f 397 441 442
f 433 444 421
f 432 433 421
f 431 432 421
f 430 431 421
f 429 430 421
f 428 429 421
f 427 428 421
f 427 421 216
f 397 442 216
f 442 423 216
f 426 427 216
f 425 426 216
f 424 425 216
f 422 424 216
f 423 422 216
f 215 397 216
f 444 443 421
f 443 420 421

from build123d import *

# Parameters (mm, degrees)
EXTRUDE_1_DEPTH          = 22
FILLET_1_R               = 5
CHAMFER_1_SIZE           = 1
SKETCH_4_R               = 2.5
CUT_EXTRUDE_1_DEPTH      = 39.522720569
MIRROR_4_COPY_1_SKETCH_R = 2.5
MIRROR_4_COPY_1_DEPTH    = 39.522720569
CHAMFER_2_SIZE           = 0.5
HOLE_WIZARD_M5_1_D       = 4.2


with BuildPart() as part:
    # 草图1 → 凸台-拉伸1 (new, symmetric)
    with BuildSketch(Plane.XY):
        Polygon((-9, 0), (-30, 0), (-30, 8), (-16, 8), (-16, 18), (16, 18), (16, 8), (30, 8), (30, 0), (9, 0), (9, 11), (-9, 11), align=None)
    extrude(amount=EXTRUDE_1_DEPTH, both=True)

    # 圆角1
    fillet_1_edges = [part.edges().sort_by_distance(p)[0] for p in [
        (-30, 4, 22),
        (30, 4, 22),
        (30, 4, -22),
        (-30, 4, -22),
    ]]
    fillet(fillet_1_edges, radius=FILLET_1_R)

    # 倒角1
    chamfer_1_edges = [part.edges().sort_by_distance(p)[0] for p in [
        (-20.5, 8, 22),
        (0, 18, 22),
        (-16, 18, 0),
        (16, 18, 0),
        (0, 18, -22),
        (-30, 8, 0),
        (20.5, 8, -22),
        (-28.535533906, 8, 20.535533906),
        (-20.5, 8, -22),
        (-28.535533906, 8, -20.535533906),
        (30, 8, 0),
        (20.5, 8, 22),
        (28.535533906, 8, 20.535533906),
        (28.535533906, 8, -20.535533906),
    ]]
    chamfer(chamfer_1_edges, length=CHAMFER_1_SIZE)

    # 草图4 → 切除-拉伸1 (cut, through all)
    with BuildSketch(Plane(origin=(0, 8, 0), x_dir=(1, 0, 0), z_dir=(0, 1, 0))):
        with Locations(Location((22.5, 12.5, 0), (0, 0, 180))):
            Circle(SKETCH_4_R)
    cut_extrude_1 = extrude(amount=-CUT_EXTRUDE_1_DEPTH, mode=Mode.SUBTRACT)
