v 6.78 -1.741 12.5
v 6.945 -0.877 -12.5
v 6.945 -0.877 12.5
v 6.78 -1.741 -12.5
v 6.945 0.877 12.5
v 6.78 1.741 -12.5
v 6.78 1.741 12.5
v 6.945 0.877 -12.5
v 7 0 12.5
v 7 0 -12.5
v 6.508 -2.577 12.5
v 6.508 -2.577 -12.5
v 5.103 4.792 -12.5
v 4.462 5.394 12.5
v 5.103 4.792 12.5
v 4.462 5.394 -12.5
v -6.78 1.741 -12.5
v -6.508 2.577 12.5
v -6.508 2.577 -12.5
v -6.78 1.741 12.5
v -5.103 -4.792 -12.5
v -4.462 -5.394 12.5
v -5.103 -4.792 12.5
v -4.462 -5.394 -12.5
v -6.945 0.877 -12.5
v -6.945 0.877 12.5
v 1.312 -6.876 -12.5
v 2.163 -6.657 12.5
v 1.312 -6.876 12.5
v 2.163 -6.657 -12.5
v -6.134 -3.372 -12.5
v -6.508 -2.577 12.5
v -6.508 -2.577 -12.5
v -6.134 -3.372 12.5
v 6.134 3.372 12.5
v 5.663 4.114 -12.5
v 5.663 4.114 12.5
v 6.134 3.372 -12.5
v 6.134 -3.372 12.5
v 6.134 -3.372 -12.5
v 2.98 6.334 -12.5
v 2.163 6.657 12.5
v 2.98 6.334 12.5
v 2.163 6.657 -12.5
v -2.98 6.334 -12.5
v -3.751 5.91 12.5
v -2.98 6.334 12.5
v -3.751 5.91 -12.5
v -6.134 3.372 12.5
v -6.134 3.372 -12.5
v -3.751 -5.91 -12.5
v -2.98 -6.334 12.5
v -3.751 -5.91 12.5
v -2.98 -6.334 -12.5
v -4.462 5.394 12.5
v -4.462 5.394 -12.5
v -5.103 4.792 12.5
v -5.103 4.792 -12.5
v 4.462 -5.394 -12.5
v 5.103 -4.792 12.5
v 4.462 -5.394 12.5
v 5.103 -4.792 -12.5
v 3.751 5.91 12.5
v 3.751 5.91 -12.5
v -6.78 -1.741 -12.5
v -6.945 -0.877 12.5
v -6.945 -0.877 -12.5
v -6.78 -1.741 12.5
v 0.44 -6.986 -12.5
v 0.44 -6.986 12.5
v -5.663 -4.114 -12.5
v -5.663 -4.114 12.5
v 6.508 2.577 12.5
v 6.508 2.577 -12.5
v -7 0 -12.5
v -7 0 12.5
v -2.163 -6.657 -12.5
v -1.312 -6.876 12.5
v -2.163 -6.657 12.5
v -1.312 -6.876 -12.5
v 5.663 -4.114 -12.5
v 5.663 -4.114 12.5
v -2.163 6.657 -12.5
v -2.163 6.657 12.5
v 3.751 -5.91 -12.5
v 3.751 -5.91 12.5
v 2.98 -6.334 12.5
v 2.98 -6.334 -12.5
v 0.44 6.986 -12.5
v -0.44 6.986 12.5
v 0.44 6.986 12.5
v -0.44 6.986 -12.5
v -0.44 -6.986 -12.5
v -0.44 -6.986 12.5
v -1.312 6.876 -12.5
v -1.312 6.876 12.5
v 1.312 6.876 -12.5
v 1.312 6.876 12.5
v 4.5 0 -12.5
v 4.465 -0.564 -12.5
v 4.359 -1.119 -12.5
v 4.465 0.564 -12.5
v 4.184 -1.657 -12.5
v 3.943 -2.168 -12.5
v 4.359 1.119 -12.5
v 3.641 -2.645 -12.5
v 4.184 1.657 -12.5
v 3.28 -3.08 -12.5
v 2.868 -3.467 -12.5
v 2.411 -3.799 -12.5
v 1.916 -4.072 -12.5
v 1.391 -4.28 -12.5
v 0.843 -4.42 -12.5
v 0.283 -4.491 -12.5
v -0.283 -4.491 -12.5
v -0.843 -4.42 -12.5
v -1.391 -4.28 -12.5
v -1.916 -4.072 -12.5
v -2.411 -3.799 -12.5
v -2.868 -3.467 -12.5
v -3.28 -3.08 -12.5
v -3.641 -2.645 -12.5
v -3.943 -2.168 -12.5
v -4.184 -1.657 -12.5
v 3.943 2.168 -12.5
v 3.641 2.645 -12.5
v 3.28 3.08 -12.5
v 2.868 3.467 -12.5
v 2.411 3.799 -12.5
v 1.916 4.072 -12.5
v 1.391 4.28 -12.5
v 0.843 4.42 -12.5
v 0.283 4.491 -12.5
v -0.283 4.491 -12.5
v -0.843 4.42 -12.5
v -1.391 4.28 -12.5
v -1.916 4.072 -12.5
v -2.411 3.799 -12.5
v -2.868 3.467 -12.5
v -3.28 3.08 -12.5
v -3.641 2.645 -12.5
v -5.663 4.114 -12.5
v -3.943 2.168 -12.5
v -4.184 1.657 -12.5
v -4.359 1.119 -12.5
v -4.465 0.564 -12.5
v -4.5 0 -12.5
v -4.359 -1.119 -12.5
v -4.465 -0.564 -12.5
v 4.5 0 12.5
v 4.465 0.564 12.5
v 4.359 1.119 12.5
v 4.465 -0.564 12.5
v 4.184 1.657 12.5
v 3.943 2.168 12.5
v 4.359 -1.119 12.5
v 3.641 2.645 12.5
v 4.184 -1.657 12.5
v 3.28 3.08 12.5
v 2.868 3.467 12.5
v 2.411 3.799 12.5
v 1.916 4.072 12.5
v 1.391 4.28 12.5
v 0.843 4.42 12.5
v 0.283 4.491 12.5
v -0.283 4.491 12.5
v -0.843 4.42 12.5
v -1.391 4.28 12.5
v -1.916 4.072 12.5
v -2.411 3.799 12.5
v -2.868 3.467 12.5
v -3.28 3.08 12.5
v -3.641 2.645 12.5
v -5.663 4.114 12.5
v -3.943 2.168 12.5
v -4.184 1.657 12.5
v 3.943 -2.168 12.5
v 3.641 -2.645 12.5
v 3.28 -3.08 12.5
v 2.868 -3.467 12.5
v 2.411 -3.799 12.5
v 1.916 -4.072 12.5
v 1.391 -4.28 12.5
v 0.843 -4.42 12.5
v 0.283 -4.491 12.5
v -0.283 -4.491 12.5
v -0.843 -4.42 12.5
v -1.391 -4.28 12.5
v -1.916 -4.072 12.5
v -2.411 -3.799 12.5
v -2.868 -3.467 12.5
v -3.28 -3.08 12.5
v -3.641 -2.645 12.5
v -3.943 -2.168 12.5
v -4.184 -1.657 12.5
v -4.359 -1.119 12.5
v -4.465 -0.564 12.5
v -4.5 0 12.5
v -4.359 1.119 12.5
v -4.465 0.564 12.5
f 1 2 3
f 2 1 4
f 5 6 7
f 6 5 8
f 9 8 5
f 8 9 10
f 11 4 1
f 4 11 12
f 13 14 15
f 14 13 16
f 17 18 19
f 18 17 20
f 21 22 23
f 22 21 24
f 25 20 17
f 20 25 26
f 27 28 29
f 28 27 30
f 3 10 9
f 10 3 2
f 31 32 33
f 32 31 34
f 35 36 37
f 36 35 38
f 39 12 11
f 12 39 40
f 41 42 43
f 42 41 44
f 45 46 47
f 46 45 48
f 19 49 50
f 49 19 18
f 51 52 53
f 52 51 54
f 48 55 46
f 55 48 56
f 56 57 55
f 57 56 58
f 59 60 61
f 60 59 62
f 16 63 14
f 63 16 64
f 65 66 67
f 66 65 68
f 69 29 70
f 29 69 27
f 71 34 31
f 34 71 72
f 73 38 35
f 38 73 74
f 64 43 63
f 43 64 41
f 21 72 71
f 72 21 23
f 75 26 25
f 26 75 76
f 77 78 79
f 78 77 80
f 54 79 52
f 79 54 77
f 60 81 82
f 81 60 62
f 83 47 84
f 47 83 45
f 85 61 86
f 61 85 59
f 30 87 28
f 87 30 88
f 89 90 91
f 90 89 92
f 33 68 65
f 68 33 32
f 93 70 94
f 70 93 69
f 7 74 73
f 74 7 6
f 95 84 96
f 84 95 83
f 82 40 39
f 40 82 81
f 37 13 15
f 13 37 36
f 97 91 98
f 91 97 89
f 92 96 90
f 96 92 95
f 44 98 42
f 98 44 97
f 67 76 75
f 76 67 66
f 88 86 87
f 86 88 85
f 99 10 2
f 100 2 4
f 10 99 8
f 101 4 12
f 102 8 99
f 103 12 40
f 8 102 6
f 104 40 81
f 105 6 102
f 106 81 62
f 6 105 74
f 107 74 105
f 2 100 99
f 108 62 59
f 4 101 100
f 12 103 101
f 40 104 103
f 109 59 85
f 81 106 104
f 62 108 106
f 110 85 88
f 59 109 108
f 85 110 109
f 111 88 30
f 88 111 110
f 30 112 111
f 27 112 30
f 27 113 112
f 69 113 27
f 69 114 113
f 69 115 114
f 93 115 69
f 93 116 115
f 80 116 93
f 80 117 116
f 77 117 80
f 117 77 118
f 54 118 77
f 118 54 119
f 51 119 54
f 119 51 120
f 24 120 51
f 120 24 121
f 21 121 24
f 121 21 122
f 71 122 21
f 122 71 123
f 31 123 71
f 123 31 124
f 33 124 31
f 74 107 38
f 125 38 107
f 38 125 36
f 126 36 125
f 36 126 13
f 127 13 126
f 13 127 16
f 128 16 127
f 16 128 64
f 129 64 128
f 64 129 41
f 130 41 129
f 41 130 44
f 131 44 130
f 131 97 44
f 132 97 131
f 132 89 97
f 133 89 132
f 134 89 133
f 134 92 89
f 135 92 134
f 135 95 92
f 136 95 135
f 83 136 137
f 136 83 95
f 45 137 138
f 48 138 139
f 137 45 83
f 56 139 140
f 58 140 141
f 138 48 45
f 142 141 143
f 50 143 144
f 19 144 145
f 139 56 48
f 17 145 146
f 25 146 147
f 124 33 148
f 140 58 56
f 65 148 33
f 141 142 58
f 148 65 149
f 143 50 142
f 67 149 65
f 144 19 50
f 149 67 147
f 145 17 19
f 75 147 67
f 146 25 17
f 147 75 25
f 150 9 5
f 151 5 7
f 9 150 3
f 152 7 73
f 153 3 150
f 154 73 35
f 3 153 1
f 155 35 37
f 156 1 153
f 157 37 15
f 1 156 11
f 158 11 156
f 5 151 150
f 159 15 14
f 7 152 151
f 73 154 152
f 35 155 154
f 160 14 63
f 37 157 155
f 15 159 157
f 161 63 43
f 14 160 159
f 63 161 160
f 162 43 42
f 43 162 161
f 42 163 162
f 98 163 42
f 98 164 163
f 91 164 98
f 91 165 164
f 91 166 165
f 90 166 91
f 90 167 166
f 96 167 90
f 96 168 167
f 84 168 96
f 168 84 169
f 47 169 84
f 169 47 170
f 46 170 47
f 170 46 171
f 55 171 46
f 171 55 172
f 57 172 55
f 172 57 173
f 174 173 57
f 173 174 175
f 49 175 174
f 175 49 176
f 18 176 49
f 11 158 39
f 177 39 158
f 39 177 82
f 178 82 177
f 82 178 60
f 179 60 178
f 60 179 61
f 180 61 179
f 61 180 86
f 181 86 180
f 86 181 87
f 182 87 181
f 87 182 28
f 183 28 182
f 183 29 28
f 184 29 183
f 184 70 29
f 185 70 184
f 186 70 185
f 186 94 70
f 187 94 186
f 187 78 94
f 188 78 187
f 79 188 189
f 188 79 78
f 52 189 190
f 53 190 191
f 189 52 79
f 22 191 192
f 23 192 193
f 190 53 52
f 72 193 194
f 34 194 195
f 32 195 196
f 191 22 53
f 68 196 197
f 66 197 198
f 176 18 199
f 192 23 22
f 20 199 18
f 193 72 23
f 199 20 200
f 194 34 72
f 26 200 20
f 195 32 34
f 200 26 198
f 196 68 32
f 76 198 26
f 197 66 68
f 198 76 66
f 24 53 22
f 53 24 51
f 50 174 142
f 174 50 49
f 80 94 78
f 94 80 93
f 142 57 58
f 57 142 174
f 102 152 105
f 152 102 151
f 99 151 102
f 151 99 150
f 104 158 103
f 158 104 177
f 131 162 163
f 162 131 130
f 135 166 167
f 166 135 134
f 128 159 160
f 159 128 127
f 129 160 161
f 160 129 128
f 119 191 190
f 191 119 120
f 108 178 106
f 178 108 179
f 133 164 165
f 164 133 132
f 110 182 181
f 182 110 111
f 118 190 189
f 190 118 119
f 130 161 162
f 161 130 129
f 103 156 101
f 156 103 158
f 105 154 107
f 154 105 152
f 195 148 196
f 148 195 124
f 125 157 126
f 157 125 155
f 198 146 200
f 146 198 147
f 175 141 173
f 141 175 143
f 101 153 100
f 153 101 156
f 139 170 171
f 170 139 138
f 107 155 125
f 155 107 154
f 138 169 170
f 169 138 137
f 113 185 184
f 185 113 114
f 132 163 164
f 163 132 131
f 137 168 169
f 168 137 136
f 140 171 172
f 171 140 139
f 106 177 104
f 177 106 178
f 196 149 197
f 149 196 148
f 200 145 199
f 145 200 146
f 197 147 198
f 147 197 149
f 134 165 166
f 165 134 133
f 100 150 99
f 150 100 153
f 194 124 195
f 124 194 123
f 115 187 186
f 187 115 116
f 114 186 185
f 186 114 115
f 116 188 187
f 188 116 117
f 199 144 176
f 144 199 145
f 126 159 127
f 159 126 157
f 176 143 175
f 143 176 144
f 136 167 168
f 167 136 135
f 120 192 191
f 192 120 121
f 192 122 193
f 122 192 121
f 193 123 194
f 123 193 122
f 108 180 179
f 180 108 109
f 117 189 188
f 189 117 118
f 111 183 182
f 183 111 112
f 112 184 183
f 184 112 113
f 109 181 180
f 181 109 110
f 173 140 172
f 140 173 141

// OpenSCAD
$fn = 50;


difference() {
	union() {
		translate(v = [0, 0, -12.5000000000]) {
			cylinder(h = 25, r = 7.0000000000);
		}
	}
	union() {
		translate(v = [0, 0, -100.0000000000]) {
			cylinder(h = 200, r = 4.5000000000);
		}
	}
}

------------

Whenever the string "with" turns up in a line above, copy that line out.

with BuildPart() as part:
    with BuildSketch(Plane.XY):
    with BuildSketch(Plane(origin=(0, 8, 0), x_dir=(1, 0, 0), z_dir=(0, 1, 0))):
        with Locations(Location((22.5, 12.5, 0), (0, 0, 180))):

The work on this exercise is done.